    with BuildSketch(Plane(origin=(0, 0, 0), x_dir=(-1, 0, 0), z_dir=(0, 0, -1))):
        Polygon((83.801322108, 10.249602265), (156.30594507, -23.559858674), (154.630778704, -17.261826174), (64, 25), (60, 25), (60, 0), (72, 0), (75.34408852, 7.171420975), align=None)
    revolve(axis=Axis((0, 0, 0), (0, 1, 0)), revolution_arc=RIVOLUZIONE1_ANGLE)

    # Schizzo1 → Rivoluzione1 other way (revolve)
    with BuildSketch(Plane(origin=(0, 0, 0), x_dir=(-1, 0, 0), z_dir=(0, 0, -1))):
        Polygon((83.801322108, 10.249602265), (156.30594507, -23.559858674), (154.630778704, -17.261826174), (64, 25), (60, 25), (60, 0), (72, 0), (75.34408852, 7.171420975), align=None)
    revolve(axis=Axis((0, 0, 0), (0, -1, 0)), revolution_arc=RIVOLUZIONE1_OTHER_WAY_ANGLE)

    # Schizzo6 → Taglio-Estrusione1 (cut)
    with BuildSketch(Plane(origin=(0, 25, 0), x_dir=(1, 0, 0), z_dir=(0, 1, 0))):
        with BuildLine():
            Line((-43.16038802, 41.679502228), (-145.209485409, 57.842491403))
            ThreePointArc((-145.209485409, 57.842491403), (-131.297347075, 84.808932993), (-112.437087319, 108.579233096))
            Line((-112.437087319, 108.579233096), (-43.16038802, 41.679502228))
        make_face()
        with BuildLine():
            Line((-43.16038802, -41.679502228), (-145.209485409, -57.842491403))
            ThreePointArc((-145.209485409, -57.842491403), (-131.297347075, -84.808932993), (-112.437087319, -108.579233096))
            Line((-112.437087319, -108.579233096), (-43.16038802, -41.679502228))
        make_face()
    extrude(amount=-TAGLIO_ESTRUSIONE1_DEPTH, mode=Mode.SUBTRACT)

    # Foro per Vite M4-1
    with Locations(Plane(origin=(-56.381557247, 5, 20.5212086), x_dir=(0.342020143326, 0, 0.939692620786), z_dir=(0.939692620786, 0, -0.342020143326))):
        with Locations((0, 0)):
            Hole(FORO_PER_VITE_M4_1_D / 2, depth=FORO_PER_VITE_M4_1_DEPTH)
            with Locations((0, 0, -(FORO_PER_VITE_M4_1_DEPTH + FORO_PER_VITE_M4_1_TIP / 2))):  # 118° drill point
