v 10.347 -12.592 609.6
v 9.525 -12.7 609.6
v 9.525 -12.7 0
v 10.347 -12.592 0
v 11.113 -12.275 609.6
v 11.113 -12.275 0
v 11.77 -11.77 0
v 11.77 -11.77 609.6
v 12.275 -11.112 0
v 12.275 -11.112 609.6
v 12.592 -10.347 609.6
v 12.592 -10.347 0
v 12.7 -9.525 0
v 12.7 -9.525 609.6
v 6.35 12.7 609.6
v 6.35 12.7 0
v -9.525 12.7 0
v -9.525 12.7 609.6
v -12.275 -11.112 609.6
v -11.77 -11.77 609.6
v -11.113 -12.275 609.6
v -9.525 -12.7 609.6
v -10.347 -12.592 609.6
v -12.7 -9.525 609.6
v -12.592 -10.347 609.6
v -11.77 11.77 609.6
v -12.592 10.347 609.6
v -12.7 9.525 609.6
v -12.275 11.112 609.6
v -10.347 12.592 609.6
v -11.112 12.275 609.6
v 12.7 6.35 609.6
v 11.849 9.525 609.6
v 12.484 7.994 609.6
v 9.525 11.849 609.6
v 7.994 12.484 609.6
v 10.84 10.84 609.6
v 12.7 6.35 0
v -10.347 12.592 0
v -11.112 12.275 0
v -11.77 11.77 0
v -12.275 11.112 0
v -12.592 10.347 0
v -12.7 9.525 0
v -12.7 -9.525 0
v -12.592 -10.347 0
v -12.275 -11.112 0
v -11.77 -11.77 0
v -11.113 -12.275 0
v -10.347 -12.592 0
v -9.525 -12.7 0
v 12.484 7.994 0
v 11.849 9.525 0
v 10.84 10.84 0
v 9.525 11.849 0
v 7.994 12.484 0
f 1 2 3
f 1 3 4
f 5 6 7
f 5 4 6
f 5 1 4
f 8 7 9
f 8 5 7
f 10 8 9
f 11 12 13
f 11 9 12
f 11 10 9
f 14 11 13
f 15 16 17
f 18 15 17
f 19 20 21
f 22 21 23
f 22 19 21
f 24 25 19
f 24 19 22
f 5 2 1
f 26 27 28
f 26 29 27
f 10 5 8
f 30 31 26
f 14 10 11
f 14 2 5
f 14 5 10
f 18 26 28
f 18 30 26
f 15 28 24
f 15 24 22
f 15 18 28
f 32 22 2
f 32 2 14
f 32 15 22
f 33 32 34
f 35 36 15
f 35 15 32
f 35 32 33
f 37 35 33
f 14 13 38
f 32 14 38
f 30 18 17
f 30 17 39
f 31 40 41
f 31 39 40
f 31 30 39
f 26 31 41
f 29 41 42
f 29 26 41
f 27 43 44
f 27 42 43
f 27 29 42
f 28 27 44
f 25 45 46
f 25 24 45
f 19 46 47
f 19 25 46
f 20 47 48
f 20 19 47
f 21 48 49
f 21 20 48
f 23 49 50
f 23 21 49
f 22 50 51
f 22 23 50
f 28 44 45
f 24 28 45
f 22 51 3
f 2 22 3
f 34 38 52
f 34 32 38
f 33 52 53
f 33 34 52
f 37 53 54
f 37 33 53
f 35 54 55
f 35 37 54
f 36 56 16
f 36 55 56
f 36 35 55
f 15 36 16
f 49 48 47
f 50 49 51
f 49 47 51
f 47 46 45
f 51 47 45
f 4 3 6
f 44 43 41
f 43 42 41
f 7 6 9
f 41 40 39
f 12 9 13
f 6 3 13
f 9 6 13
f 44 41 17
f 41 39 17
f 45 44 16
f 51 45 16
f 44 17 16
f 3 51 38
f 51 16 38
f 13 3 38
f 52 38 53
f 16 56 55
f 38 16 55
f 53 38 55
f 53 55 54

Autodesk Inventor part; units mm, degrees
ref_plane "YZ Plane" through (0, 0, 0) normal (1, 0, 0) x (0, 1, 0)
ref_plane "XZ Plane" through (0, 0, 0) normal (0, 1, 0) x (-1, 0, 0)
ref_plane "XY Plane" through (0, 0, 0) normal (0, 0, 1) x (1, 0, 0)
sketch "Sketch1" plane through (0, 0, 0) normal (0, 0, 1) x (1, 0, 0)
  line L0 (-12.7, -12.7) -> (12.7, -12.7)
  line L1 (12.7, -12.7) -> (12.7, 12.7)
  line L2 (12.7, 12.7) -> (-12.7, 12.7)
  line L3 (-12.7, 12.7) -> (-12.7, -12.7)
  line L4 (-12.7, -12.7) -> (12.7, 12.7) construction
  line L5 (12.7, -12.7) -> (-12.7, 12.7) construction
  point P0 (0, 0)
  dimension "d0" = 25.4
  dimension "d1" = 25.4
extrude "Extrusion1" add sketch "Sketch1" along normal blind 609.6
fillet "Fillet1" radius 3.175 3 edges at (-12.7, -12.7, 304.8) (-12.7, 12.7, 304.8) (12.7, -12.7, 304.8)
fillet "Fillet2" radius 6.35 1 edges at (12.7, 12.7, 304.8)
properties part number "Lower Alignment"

§ §

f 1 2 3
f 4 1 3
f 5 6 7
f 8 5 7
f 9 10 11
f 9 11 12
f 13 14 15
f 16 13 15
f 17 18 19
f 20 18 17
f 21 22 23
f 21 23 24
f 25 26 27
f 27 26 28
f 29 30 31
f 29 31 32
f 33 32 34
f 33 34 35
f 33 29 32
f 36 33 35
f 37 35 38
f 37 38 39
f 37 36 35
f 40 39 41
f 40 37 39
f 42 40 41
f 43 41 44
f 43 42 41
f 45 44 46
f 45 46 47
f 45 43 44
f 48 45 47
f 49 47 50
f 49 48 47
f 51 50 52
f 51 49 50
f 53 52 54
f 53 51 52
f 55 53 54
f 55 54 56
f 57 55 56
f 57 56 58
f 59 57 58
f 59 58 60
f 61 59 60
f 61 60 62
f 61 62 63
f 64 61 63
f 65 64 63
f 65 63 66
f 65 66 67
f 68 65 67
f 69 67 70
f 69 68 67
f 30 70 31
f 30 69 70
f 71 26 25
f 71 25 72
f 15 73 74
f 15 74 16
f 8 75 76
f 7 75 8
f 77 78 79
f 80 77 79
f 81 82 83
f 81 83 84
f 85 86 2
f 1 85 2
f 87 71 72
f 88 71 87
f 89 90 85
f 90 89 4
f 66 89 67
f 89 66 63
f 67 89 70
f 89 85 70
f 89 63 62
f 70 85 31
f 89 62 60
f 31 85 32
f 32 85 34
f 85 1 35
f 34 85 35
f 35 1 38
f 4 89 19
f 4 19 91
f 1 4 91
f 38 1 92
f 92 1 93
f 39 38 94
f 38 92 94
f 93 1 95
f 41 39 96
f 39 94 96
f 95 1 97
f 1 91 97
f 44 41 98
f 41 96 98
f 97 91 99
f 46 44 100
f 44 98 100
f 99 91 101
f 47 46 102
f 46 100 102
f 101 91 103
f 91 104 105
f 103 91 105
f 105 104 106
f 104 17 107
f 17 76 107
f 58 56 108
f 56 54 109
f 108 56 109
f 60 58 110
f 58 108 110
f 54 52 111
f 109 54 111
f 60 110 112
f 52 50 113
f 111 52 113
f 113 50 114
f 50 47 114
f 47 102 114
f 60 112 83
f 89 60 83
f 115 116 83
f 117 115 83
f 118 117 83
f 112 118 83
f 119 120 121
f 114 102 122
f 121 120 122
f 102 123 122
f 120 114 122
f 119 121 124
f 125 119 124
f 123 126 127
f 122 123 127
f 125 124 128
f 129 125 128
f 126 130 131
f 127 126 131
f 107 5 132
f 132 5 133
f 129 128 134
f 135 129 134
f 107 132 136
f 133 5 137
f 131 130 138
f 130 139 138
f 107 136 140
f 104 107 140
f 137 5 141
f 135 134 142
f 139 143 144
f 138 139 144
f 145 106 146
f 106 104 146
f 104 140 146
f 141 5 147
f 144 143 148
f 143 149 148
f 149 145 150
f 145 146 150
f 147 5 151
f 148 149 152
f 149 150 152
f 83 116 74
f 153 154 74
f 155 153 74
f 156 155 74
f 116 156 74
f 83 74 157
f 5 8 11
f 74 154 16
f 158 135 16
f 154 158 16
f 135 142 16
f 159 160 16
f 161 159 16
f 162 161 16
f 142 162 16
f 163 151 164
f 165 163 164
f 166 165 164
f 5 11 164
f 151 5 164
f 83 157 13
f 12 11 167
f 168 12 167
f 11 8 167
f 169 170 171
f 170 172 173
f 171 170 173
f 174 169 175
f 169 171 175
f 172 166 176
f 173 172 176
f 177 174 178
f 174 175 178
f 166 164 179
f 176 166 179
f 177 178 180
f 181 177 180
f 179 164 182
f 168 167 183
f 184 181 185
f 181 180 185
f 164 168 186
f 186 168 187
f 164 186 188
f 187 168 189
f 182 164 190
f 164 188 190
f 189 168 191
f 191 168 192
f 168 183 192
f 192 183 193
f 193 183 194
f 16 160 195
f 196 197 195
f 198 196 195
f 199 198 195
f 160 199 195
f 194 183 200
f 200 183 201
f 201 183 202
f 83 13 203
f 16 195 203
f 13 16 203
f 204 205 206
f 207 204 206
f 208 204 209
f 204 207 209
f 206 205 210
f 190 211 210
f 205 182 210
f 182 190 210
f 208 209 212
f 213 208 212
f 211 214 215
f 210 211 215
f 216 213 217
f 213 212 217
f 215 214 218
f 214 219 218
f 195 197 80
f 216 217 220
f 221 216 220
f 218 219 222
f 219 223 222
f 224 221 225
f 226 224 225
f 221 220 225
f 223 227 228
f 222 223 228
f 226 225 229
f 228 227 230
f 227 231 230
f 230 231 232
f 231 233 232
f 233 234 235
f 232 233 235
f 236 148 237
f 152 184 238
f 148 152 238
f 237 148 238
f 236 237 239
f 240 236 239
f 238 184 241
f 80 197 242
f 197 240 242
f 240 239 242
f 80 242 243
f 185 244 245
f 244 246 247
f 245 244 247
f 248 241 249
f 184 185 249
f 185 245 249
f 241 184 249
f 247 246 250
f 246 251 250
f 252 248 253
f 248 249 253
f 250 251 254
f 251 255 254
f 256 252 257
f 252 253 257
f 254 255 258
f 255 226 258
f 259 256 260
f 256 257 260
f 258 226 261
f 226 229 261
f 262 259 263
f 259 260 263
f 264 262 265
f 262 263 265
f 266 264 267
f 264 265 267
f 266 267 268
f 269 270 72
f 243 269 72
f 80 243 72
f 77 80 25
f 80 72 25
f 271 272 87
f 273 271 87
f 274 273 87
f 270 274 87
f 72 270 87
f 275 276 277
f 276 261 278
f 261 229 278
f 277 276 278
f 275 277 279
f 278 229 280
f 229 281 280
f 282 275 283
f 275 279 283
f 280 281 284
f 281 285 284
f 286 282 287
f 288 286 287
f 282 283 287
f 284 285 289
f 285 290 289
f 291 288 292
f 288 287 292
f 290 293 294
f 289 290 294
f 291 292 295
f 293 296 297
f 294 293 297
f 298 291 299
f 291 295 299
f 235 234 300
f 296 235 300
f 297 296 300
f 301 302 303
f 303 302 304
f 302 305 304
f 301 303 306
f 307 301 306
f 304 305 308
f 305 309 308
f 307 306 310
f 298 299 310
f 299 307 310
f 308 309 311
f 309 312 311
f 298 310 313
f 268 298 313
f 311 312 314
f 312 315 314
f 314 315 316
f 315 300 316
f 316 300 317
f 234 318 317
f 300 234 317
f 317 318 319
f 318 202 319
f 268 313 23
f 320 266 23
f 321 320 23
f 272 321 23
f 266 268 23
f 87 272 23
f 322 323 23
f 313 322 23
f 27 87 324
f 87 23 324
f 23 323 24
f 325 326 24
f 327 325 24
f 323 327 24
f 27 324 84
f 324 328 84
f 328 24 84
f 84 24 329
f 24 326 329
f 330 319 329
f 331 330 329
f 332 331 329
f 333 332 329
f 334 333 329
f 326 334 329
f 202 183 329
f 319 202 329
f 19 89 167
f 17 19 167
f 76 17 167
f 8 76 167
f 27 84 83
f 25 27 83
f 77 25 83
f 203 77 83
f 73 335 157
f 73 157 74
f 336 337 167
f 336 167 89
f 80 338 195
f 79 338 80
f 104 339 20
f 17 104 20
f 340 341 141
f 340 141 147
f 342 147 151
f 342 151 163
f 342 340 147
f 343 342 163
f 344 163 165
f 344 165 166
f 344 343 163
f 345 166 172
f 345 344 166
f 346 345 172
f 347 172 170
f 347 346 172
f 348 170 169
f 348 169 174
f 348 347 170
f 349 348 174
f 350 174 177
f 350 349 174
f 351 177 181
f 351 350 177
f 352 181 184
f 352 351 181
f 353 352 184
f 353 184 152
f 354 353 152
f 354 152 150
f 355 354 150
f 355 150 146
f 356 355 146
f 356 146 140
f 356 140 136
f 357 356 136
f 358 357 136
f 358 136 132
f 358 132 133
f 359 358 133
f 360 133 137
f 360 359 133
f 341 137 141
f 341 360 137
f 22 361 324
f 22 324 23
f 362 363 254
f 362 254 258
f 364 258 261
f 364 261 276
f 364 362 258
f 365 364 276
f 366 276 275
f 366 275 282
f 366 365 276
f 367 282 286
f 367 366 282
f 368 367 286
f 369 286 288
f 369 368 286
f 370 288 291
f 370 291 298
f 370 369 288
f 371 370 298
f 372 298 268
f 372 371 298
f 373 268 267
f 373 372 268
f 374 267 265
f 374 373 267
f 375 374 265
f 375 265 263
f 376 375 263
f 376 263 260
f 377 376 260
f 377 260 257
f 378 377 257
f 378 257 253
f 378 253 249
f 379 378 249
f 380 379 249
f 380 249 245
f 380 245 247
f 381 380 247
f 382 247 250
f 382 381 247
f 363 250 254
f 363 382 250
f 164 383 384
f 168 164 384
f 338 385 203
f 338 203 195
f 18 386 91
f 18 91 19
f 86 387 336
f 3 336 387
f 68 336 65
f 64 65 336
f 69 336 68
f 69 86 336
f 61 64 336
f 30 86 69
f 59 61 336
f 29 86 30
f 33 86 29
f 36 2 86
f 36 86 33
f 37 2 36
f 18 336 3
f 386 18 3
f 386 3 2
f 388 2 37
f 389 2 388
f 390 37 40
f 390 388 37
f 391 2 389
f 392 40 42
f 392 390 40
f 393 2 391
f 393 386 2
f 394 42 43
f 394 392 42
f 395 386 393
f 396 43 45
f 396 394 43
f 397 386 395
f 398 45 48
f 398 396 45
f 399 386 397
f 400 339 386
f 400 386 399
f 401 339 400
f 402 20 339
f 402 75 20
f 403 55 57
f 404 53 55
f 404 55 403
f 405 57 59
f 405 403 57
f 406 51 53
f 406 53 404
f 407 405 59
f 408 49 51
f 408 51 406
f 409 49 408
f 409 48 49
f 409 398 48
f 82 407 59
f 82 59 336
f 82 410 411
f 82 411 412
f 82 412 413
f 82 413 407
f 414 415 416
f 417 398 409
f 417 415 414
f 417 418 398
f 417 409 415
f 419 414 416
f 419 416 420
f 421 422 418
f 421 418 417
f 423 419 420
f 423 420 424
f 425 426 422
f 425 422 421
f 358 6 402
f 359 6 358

§ §

## Required work
Respond with nothing but the number of lines in the data above that include the word "revolve".

## Exercise output
3